**Task goal**:
Please repeat exactly the lines below from the one containing "e39 v24 v21 LINE" down to the one containing "Rebuilt in FreeCAD, every", both included, and nothing else.

(Saved entries)
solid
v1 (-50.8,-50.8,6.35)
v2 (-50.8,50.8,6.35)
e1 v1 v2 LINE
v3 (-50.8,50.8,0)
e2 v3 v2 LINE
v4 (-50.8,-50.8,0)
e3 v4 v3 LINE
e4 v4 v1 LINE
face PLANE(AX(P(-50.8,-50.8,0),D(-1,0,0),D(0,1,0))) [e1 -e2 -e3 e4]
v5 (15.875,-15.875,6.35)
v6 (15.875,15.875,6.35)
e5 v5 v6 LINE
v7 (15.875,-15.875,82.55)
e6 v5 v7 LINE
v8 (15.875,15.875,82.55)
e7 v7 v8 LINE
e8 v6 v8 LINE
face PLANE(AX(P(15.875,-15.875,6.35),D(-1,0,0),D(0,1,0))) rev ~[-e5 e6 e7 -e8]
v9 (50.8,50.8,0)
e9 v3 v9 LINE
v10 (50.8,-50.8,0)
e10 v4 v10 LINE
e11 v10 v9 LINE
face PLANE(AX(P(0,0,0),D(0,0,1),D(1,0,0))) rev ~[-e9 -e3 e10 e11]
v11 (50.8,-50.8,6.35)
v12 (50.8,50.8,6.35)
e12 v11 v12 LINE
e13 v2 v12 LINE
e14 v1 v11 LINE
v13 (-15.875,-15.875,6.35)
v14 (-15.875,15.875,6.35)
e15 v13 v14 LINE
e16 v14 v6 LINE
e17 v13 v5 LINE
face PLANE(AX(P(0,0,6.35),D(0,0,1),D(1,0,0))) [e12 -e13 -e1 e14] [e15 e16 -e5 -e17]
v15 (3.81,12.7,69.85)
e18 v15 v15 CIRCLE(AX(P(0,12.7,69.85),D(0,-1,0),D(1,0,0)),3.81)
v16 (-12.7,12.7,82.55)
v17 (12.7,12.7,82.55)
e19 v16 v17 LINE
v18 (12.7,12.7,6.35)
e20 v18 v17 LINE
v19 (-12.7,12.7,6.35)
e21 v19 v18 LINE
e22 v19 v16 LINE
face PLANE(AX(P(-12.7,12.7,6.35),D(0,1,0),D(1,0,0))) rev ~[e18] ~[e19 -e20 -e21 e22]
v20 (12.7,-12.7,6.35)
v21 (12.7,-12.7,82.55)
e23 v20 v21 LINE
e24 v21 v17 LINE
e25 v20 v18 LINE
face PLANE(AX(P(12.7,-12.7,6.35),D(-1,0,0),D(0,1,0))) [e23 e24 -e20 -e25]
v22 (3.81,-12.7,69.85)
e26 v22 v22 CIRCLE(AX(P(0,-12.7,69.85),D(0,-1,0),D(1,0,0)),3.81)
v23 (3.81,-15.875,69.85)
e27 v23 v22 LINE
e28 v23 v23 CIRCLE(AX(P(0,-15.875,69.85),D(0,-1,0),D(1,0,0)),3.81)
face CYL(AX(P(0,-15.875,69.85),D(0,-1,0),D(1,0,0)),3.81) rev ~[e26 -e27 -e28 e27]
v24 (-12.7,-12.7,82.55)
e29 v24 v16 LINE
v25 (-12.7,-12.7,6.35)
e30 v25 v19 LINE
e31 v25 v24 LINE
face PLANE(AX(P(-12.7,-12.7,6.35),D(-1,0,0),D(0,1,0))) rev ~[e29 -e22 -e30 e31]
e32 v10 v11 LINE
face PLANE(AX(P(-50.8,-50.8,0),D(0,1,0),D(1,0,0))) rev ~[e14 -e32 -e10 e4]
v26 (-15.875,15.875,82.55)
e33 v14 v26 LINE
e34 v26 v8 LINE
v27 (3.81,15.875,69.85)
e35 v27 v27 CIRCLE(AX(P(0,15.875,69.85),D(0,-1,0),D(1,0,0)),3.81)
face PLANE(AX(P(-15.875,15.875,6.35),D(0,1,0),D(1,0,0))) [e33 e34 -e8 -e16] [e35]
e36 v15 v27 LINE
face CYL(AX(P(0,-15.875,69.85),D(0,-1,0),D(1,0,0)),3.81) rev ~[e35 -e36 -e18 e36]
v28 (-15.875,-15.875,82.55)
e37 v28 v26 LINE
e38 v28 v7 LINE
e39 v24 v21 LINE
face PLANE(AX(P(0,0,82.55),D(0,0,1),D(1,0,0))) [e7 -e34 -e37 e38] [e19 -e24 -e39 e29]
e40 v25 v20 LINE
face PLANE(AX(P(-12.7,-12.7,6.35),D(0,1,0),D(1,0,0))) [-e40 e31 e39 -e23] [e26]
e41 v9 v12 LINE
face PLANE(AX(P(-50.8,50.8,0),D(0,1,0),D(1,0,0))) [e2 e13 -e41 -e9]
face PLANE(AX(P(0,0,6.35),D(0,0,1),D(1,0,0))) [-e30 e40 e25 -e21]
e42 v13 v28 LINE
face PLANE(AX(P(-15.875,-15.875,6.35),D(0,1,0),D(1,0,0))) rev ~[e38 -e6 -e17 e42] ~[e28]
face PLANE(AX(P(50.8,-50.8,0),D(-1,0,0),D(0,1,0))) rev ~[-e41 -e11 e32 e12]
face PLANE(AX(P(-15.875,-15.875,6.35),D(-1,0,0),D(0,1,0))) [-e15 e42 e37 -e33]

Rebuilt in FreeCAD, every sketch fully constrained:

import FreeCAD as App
import Part
import Sketcher
Q = App.Units.Quantity


def add_polygon(sketch, points):
    """Adds a closed chain of lines whose ends are joined by coincident constraints."""
    first, n = sketch.GeometryCount, len(points)
    for a, b in zip(points, points[1:] + points[:1]):
        sketch.addGeometry(Part.LineSegment(App.Vector(*a, 0), App.Vector(*b, 0)), False)
    for i in range(n):
        sketch.addConstraint(Sketcher.Constraint("Coincident", first + i, 2, first + (i + 1) % n, 1))

doc = App.newDocument("Part")
body = doc.addObject("PartDesign::Body", "Body")

# Sketch on XY plane
sketch1 = body.newObject("Sketcher::SketchObject", "Sketch")
sketch1.AttachmentSupport = (doc.getObject("XY_Plane"), [""])
sketch1.MapMode = "FlatFace"
add_polygon(sketch1, [(-51, 51), (-51, -51), (51, -51), (51, 51)])  # lines 0-3
sketch1.addConstraint([
    Sketcher.Constraint("Vertical", 0),
    Sketcher.Constraint("Horizontal", 1),
    Sketcher.Constraint("Vertical", 2),
    Sketcher.Constraint("Horizontal", 3),
    Sketcher.Constraint("Symmetric", 0, 2, 2, 2, -1, 1),
    Sketcher.Constraint("Equal", 3, 0),
    Sketcher.Constraint("DistanceX", 1, 1, 1, 2, Q("4 in")),
])
pad1 = body.newObject("PartDesign::Pad", "Pad")
pad1.Profile = sketch1
pad1.Length = Q("0.25 in")

# Sketch on XY plane
sketch2 = body.newObject("Sketcher::SketchObject", "Sketch001")
sketch2.AttachmentSupport = (doc.getObject("XY_Plane"), [""])
sketch2.MapMode = "FlatFace"
sketch2.AttachmentOffset = App.Placement(App.Vector(0, 0, 0.25 * 25.4), App.Rotation())
add_polygon(sketch2, [(-16, 16), (-16, -16), (16, -16), (16, 16)])  # lines 0-3
add_polygon(sketch2, [(13, -13), (-13, -13), (-13, 13), (13, 13)])  # lines 4-7
sketch2.addConstraint([
    Sketcher.Constraint("Vertical", 0),
    Sketcher.Constraint("Horizontal", 1),
    Sketcher.Constraint("Vertical", 2),
    Sketcher.Constraint("Horizontal", 3),
    Sketcher.Constraint("Horizontal", 4),
    Sketcher.Constraint("Vertical", 5),
    Sketcher.Constraint("Horizontal", 6),
    Sketcher.Constraint("Vertical", 7),
    Sketcher.Constraint("Symmetric", 0, 2, 2, 2, -1, 1),
    Sketcher.Constraint("Symmetric", 4, 2, 6, 2, -1, 1),
    Sketcher.Constraint("Equal", 3, 0),
    Sketcher.Constraint("Equal", 6, 5),
    Sketcher.Constraint("DistanceX", 4, 2, 4, 1, Q("1 in")),
    Sketcher.Constraint("DistanceX", 1, 1, 1, 2, Q("1.25 in")),
])
pad2 = body.newObject("PartDesign::Pad", "Pad001")
pad2.Profile = sketch2
pad2.Length = Q("3 in")

# Sketch on XZ plane
sketch3 = body.newObject("Sketcher::SketchObject", "Sketch002")
sketch3.AttachmentSupport = (doc.getObject("XZ_Plane"), [""])
sketch3.MapMode = "FlatFace"
sketch3.AttachmentOffset = App.Placement(App.Vector(0, 0, 0.625 * 25.4), App.Rotation())
sketch3.addGeometry(Part.Circle(App.Vector(0, 69.8, 0), App.Vector(0, 0, 1), 3.8), False)
sketch3.addConstraint([
    Sketcher.Constraint("PointOnObject", 0, 3, -2),
    Sketcher.Constraint("Diameter", 0, Q("0.3 in")),
    Sketcher.Constraint("DistanceY", -1, 1, 0, 3, Q("2.75 in")),
])
pocket1 = body.newObject("PartDesign::Pocket", "Pocket")
pocket1.Profile = sketch3
pocket1.Type = "ThroughAll"

doc.recompute()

**Output for this exercise**:
e39 v24 v21 LINE
face PLANE(AX(P(0,0,82.55),D(0,0,1),D(1,0,0))) [e7 -e34 -e37 e38] [e19 -e24 -e39 e29]
e40 v25 v20 LINE
face PLANE(AX(P(-12.7,-12.7,6.35),D(0,1,0),D(1,0,0))) [-e40 e31 e39 -e23] [e26]
e41 v9 v12 LINE
face PLANE(AX(P(-50.8,50.8,0),D(0,1,0),D(1,0,0))) [e2 e13 -e41 -e9]
face PLANE(AX(P(0,0,6.35),D(0,0,1),D(1,0,0))) [-e30 e40 e25 -e21]
e42 v13 v28 LINE
face PLANE(AX(P(-15.875,-15.875,6.35),D(0,1,0),D(1,0,0))) rev ~[e38 -e6 -e17 e42] ~[e28]
face PLANE(AX(P(50.8,-50.8,0),D(-1,0,0),D(0,1,0))) rev ~[-e41 -e11 e32 e12]
face PLANE(AX(P(-15.875,-15.875,6.35),D(-1,0,0),D(0,1,0))) [-e15 e42 e37 -e33]

Rebuilt in FreeCAD, every sketch fully constrained:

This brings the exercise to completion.